Stored data entries:
-- -- --
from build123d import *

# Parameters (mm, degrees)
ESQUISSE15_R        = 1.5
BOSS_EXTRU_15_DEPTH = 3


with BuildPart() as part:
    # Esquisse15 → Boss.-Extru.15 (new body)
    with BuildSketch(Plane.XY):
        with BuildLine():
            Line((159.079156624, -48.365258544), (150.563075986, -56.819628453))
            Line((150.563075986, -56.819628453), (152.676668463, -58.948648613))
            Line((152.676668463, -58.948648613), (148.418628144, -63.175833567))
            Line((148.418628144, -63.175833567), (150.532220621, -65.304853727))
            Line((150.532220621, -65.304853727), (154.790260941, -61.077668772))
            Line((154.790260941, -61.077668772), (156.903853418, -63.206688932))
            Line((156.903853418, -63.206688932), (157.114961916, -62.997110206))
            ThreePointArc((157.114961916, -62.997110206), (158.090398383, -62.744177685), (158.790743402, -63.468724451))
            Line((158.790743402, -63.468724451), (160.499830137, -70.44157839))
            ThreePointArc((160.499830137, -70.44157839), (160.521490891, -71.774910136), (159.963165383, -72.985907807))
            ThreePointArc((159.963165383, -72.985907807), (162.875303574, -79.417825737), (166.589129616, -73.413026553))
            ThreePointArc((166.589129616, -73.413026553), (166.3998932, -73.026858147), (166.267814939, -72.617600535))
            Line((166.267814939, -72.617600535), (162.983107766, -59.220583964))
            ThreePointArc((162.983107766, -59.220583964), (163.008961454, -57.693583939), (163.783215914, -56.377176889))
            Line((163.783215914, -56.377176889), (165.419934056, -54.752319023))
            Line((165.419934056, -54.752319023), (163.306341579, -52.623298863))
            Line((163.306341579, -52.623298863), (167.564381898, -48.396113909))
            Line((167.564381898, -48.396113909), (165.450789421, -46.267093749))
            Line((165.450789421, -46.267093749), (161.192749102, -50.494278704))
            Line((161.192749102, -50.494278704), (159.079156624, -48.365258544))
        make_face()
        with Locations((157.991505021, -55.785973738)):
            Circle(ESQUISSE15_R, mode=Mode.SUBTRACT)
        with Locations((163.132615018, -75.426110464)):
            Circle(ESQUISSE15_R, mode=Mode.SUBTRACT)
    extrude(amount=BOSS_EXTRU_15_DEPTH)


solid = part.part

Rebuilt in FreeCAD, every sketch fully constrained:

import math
import FreeCAD as App
import Part
import Sketcher

V = App.Vector
Q = App.Units.Quantity

doc = App.newDocument("Part")
body = doc.addObject("PartDesign::Body", "Body")

sketch1 = body.newObject("Sketcher::SketchObject", "Sketch")
sketch1.AttachmentSupport = (doc.getObject("XY_Plane"), [""])
sketch1.MapMode = "FlatFace"
sketch1.addGeometry([
    Part.LineSegment(V(159.08, -48.37, 0), V(150.56, -56.82, 0)),
    Part.LineSegment(V(150.56, -56.82, 0), V(152.68, -58.95, 0)),
    Part.LineSegment(V(152.68, -58.95, 0), V(148.42, -63.18, 0)),
    Part.LineSegment(V(148.42, -63.18, 0), V(150.53, -65.3, 0)),
    Part.LineSegment(V(150.53, -65.3, 0), V(154.79, -61.08, 0)),
    Part.LineSegment(V(154.79, -61.08, 0), V(156.9, -63.21, 0)),
    Part.LineSegment(V(156.9, -63.21, 0), V(157.11, -63, 0)),
    Part.ArcOfCircle(Part.Circle(V(157.82, -63.71, 0), V(0, 0, 1), 1), math.radians(14), math.radians(135)),
    Part.LineSegment(V(158.79, -63.47, 0), V(160.5, -70.44, 0)),
    Part.ArcOfCircle(Part.Circle(V(157.59, -71.16, 0), V(0, 0, 1), 3), math.radians(-38), math.radians(14)),
    Part.ArcOfCircle(Part.Circle(V(163.13, -75.43, 0), V(0, 0, 1), 4), math.radians(142), math.radians(390)),
    Part.ArcOfCircle(Part.Circle(V(169.18, -71.9, 0), V(0, 0, 1), 3), math.radians(-166.22), math.radians(-149.78)),
    Part.LineSegment(V(166.27, -72.62, 0), V(162.98, -59.22, 0)),
    Part.ArcOfCircle(Part.Circle(V(165.9, -58.51, 0), V(0, 0, 1), 3), math.radians(135), math.radians(194)),
    Part.LineSegment(V(163.78, -56.38, 0), V(165.42, -54.75, 0)),
    Part.LineSegment(V(165.42, -54.75, 0), V(163.31, -52.62, 0)),
    Part.LineSegment(V(163.31, -52.62, 0), V(167.56, -48.4, 0)),
    Part.LineSegment(V(167.56, -48.4, 0), V(165.45, -46.27, 0)),
    Part.LineSegment(V(165.45, -46.27, 0), V(161.19, -50.49, 0)),
    Part.LineSegment(V(161.19, -50.49, 0), V(159.08, -48.37, 0)),
    Part.Circle(V(163.13, -75.43, 0), V(0, 0, 1), 1.5),
    Part.Circle(V(157.99, -55.79, 0), V(0, 0, 1), 1.5),
], False)
sketch1.addConstraint([
    Sketcher.Constraint("Coincident", 0, 2, 1, 1),
    Sketcher.Constraint("Coincident", 1, 2, 2, 1),
    Sketcher.Constraint("Coincident", 2, 2, 3, 1),
    Sketcher.Constraint("Coincident", 3, 2, 4, 1),
    Sketcher.Constraint("Coincident", 4, 2, 5, 1),
    Sketcher.Constraint("Coincident", 5, 2, 6, 1),
    Sketcher.Constraint("Tangent", 6, 2, 7, 2),
    Sketcher.Constraint("Tangent", 7, 1, 8, 1),
    Sketcher.Constraint("Tangent", 8, 2, 9, 2),
    Sketcher.Constraint("Tangent", 9, 1, 10, 1),
    Sketcher.Constraint("Tangent", 10, 2, 11, 2),
    Sketcher.Constraint("Tangent", 11, 1, 12, 1),
    Sketcher.Constraint("Tangent", 12, 2, 13, 2),
    Sketcher.Constraint("Tangent", 13, 1, 14, 1),
    Sketcher.Constraint("Coincident", 14, 2, 15, 1),
    Sketcher.Constraint("Coincident", 15, 2, 16, 1),
    Sketcher.Constraint("Coincident", 16, 2, 17, 1),
    Sketcher.Constraint("Coincident", 17, 2, 18, 1),
    Sketcher.Constraint("Coincident", 18, 2, 19, 1),
    Sketcher.Constraint("Coincident", 19, 2, 0, 1),
    Sketcher.Constraint("Coincident", 20, 3, 10, 3),
    Sketcher.Constraint("Equal", 9, 11),
    Sketcher.Constraint("Equal", 11, 13),
    Sketcher.Constraint("Equal", 20, 21),
    Sketcher.Constraint("Perpendicular", 0, 1),
    Sketcher.Constraint("Perpendicular", 1, 2),
    Sketcher.Constraint("Perpendicular", 2, 3),
    Sketcher.Constraint("Perpendicular", 3, 4),
    Sketcher.Constraint("Perpendicular", 4, 5),
    Sketcher.Constraint("Perpendicular", 5, 6),
    Sketcher.Constraint("Parallel", 6, 14),
    Sketcher.Constraint("Perpendicular", 14, 15),
    Sketcher.Constraint("Perpendicular", 15, 16),
    Sketcher.Constraint("Perpendicular", 16, 17),
    Sketcher.Constraint("Perpendicular", 17, 18),
    Sketcher.Constraint("Perpendicular", 18, 19),
    Sketcher.Constraint("Equal", 1, 3),
    Sketcher.Constraint("Equal", 2, 4),
    Sketcher.Constraint("Equal", 3, 5),
    Sketcher.Constraint("Equal", 5, 15),
    Sketcher.Constraint("Equal", 4, 16),
    Sketcher.Constraint("Equal", 15, 17),
    Sketcher.Constraint("Equal", 16, 18),
    Sketcher.Constraint("Equal", 17, 19),
    Sketcher.Constraint("Diameter", 20, Q("3 mm")),
    Sketcher.Constraint("Radius", 7, Q("1 mm")),
    Sketcher.Constraint("Radius", 9, Q("3 mm")),
    Sketcher.Constraint("Radius", 10, Q("4 mm")),
    Sketcher.Constraint("Distance", 0, Q("12 mm")),
    Sketcher.Constraint("Distance", 1, Q("3 mm")),
    Sketcher.Constraint("Distance", 2, Q("6 mm")),
    Sketcher.Constraint("DistanceY", 11, 1, -1, 1, Q("72.617601 mm")),
    Sketcher.Constraint("DistanceY", 15, 2, -1, 1, Q("52.623299 mm")),
    Sketcher.Constraint("DistanceX", 10, 3, 11, 3, Q("6.048901 mm")),
    Sketcher.Constraint("DistanceX", 4, 2, 6, 2, Q("2.324701 mm")),
    Sketcher.Constraint("DistanceX", 8, 2, 10, 2, Q("6.089299 mm")),
    Sketcher.Constraint("DistanceX", 11, 1, 11, 3, Q("2.913701 mm")),
    Sketcher.Constraint("DistanceY", 7, 3, 12, 2, Q("4.4862 mm")),
    Sketcher.Constraint("DistanceY", 13, 3, 15, 2, Q("5.882898 mm")),
    Sketcher.Constraint("DistanceX", -1, 1, 9, 3, Q("157.586078 mm")),
    Sketcher.Constraint("DistanceY", 7, 3, 21, 3, Q("7.92081 mm")),
    Sketcher.Constraint("DistanceX", 21, 3, 11, 3, Q("11.190011 mm")),
])
pad1 = body.newObject("PartDesign::Pad", "Pad")
pad1.Profile = sketch1
pad1.Length = 3

doc.recompute()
-- -- --
▶ [THE TASK]
Stopping at the line containing "-56.819628453), (152.676668463, -58.948648613))", please repeat exactly every line from the very start of the entries, that line included, and nothing more.

▶ [WRITTEN ANSWER]
from build123d import *

# Parameters (mm, degrees)
ESQUISSE15_R        = 1.5
BOSS_EXTRU_15_DEPTH = 3


with BuildPart() as part:
    # Esquisse15 → Boss.-Extru.15 (new body)
    with BuildSketch(Plane.XY):
        with BuildLine():
            Line((159.079156624, -48.365258544), (150.563075986, -56.819628453))
            Line((150.563075986, -56.819628453), (152.676668463, -58.948648613))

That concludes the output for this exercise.